(Recorded data)
══════════════════════════════

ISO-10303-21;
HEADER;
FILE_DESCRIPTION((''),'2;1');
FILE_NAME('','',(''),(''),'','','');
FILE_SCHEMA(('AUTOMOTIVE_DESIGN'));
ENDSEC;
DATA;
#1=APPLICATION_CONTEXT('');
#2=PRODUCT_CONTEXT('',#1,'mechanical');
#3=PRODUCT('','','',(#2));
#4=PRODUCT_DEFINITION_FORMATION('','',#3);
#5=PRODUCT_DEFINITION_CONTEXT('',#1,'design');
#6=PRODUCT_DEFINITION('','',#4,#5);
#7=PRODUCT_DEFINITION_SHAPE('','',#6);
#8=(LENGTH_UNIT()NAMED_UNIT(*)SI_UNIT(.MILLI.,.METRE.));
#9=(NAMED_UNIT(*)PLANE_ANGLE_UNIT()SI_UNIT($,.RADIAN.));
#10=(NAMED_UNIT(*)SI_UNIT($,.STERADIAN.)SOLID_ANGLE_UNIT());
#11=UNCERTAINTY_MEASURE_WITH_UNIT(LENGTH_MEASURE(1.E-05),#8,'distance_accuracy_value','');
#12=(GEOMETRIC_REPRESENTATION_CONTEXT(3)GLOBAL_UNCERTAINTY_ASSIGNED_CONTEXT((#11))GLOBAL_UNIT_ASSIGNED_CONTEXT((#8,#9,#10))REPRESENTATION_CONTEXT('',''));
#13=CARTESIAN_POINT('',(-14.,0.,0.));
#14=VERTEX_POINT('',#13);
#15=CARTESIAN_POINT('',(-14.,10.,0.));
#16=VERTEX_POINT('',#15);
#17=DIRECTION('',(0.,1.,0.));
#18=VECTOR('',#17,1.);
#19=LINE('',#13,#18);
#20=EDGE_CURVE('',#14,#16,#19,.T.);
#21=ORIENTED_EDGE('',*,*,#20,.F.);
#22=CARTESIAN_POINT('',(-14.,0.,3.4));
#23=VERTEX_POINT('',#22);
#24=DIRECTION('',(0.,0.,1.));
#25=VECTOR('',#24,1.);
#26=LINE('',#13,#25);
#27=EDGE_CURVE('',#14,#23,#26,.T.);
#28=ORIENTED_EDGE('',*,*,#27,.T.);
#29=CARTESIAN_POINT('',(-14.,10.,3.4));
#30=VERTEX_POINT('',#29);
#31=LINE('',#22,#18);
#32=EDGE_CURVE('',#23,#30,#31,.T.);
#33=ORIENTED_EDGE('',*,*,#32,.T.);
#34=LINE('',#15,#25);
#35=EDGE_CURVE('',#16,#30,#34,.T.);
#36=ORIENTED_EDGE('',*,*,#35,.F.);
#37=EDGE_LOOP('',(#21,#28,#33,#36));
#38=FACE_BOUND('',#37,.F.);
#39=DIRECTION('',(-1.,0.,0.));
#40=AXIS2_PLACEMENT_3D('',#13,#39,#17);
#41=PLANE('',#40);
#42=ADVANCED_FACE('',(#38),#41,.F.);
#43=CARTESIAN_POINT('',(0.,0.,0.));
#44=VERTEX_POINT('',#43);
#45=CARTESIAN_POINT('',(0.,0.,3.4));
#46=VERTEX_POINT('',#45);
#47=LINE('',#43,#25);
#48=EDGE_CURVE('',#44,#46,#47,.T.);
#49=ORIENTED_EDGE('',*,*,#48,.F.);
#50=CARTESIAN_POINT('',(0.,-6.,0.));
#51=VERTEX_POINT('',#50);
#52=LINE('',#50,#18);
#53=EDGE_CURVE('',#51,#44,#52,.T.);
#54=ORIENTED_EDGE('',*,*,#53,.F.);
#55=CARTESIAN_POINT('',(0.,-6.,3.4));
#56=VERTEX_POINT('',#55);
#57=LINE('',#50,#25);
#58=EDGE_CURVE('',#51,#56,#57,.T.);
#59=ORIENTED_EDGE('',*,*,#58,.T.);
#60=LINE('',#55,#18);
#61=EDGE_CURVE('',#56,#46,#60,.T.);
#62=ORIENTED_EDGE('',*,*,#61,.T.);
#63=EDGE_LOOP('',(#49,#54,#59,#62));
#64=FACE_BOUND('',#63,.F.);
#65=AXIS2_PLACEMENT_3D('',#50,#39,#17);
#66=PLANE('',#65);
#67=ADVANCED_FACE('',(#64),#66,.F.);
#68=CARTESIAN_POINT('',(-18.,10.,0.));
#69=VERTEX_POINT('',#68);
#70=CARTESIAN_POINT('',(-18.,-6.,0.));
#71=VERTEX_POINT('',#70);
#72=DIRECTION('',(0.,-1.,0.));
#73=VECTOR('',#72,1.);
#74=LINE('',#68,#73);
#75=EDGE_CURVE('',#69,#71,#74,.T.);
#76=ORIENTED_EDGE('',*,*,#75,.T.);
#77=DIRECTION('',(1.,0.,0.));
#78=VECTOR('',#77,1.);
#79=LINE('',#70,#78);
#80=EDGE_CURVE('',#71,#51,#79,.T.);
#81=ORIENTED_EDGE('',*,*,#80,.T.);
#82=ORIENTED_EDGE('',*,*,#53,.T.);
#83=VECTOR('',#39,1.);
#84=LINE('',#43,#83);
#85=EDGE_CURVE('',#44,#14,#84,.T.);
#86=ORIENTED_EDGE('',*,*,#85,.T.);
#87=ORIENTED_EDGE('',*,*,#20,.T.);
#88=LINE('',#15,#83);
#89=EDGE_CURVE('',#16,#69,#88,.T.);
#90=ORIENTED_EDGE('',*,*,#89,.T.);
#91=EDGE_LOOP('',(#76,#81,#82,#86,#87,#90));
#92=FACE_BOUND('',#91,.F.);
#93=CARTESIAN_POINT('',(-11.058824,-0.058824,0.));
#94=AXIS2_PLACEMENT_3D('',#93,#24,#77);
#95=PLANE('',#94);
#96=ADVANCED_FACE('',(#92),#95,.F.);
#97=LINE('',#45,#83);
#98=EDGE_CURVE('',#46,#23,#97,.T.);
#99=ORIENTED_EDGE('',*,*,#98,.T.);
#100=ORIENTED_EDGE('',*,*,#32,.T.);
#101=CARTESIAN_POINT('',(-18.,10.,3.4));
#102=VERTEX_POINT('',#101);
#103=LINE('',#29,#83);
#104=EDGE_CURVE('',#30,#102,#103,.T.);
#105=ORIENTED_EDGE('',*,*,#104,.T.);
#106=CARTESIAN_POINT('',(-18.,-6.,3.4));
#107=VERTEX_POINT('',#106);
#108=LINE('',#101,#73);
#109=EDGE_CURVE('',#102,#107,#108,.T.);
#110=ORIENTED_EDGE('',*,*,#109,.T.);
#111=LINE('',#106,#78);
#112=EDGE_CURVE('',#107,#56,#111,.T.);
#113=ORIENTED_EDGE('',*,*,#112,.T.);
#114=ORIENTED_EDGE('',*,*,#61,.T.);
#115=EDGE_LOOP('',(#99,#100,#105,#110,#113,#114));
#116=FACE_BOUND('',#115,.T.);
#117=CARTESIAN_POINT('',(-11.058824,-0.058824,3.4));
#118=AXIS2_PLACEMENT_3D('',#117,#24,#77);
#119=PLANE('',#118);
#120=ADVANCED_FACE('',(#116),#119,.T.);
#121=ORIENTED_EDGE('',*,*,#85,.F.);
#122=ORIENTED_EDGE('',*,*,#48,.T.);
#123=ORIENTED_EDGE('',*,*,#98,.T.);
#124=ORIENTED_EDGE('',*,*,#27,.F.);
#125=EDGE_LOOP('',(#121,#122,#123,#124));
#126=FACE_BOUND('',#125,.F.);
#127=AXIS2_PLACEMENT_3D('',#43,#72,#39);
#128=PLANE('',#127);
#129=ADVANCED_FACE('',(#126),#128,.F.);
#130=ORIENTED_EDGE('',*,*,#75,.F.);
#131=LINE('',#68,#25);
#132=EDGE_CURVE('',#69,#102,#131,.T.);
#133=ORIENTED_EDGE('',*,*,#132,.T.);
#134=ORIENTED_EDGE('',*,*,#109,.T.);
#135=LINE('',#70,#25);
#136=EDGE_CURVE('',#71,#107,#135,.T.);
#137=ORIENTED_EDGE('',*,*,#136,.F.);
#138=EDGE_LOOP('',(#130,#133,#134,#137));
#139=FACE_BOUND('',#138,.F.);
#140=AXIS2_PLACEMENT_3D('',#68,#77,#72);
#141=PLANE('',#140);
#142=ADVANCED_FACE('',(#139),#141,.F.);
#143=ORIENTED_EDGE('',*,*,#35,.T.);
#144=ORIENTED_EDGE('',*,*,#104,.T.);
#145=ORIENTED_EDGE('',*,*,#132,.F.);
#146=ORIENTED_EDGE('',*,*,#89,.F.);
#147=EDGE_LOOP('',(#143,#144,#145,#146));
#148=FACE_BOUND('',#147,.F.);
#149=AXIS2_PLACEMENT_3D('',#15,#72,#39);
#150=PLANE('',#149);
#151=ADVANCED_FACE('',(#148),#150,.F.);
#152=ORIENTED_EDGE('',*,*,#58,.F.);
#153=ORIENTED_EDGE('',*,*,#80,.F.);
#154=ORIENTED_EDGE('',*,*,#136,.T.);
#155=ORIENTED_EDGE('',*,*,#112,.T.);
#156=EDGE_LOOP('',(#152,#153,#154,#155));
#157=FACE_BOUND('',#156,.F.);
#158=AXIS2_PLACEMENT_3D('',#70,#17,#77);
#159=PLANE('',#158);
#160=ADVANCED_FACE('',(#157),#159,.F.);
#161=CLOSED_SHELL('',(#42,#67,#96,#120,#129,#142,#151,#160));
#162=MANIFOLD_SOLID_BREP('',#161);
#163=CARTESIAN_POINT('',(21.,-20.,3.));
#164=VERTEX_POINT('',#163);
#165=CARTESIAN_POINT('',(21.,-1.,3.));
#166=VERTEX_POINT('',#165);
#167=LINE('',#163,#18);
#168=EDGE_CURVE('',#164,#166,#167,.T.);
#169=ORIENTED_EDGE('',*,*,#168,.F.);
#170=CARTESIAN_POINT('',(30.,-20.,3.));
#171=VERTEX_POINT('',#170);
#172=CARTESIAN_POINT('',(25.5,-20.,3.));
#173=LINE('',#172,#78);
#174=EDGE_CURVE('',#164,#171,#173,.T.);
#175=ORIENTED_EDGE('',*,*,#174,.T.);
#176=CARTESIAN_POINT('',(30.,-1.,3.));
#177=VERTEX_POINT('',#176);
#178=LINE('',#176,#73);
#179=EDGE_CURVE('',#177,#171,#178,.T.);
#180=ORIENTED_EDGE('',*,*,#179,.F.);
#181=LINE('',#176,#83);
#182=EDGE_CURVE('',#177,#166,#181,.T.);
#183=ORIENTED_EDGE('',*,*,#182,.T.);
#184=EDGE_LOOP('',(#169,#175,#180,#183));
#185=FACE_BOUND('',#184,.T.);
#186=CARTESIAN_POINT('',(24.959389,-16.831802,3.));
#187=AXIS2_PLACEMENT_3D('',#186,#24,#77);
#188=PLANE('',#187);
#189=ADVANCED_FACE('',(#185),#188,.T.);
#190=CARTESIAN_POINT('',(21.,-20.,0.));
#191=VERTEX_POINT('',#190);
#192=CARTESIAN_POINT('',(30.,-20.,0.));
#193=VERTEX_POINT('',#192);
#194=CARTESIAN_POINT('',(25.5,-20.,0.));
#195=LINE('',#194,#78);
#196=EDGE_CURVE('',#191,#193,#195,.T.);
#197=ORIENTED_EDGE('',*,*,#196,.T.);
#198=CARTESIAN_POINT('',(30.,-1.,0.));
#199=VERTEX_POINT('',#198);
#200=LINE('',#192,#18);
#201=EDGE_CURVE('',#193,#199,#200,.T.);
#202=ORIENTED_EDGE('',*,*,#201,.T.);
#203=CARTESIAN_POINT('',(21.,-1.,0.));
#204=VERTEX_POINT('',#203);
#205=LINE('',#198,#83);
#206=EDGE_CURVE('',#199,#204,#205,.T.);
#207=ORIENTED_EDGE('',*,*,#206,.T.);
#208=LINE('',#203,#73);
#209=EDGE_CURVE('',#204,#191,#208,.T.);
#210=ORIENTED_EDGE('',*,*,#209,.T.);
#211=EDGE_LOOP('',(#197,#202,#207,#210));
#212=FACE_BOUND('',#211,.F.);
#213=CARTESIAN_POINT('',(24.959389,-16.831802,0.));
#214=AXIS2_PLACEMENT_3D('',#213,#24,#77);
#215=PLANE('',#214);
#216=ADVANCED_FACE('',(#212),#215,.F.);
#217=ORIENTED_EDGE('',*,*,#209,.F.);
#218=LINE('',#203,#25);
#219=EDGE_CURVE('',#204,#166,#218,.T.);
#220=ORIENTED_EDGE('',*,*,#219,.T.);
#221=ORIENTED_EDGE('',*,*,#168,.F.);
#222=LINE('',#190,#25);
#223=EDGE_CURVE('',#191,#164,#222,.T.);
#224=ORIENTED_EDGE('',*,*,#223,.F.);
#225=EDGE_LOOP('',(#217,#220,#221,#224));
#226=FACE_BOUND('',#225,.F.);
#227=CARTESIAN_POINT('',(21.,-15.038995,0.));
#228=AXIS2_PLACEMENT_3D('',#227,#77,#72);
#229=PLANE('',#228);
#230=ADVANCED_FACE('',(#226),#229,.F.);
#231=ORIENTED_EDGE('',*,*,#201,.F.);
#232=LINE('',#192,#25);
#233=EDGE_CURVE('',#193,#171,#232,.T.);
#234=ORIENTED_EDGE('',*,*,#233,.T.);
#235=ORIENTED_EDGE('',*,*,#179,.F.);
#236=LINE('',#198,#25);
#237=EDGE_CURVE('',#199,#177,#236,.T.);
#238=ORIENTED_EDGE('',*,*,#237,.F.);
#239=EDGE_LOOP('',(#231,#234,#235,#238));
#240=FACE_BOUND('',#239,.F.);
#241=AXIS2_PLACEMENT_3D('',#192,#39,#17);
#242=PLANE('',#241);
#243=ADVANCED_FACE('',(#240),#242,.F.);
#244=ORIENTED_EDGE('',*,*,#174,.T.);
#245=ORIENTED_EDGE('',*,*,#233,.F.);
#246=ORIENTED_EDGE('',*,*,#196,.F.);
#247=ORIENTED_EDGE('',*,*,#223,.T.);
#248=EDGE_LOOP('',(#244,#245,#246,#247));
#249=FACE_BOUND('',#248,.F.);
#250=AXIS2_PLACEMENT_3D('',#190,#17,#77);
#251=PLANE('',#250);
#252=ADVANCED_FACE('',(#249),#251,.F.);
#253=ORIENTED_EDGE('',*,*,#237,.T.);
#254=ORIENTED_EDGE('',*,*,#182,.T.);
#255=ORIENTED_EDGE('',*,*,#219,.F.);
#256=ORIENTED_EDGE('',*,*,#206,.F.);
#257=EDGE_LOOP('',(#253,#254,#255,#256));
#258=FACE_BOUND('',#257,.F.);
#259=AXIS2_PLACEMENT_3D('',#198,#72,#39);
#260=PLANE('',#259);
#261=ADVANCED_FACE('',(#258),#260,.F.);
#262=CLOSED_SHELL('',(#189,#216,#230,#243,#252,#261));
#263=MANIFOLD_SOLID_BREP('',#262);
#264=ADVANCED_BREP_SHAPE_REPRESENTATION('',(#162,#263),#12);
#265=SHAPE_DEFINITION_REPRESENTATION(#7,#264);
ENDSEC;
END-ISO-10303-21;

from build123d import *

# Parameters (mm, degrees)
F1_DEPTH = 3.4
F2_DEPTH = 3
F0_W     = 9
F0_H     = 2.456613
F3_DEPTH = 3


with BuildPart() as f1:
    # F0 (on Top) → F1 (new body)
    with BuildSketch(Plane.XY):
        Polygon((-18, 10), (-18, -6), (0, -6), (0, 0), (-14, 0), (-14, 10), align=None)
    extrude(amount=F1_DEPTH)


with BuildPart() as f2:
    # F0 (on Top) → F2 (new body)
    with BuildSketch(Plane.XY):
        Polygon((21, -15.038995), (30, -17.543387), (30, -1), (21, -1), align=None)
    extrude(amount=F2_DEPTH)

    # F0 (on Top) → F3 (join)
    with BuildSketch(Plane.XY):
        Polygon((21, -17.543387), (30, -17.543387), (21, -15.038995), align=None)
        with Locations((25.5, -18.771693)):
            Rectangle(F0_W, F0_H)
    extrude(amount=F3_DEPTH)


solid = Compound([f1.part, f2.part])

══════════════════════════════

**Prompt**
What you return should be exactly the lines above, starting at the one with "#133=ORIENTED_EDGE('',*,*,#132,.T.);" and ending at the one with "#158=AXIS2_PLACEMENT_3D('',#70,#17,#77);", and nothing else.

**Exercise response**
#133=ORIENTED_EDGE('',*,*,#132,.T.);
#134=ORIENTED_EDGE('',*,*,#109,.T.);
#135=LINE('',#70,#25);
#136=EDGE_CURVE('',#71,#107,#135,.T.);
#137=ORIENTED_EDGE('',*,*,#136,.F.);
#138=EDGE_LOOP('',(#130,#133,#134,#137));
#139=FACE_BOUND('',#138,.F.);
#140=AXIS2_PLACEMENT_3D('',#68,#77,#72);
#141=PLANE('',#140);
#142=ADVANCED_FACE('',(#139),#141,.F.);
#143=ORIENTED_EDGE('',*,*,#35,.T.);
#144=ORIENTED_EDGE('',*,*,#104,.T.);
#145=ORIENTED_EDGE('',*,*,#132,.F.);
#146=ORIENTED_EDGE('',*,*,#89,.F.);
#147=EDGE_LOOP('',(#143,#144,#145,#146));
#148=FACE_BOUND('',#147,.F.);
#149=AXIS2_PLACEMENT_3D('',#15,#72,#39);
#150=PLANE('',#149);
#151=ADVANCED_FACE('',(#148),#150,.F.);
#152=ORIENTED_EDGE('',*,*,#58,.F.);
#153=ORIENTED_EDGE('',*,*,#80,.F.);
#154=ORIENTED_EDGE('',*,*,#136,.T.);
#155=ORIENTED_EDGE('',*,*,#112,.T.);
#156=EDGE_LOOP('',(#152,#153,#154,#155));
#157=FACE_BOUND('',#156,.F.);
#158=AXIS2_PLACEMENT_3D('',#70,#17,#77);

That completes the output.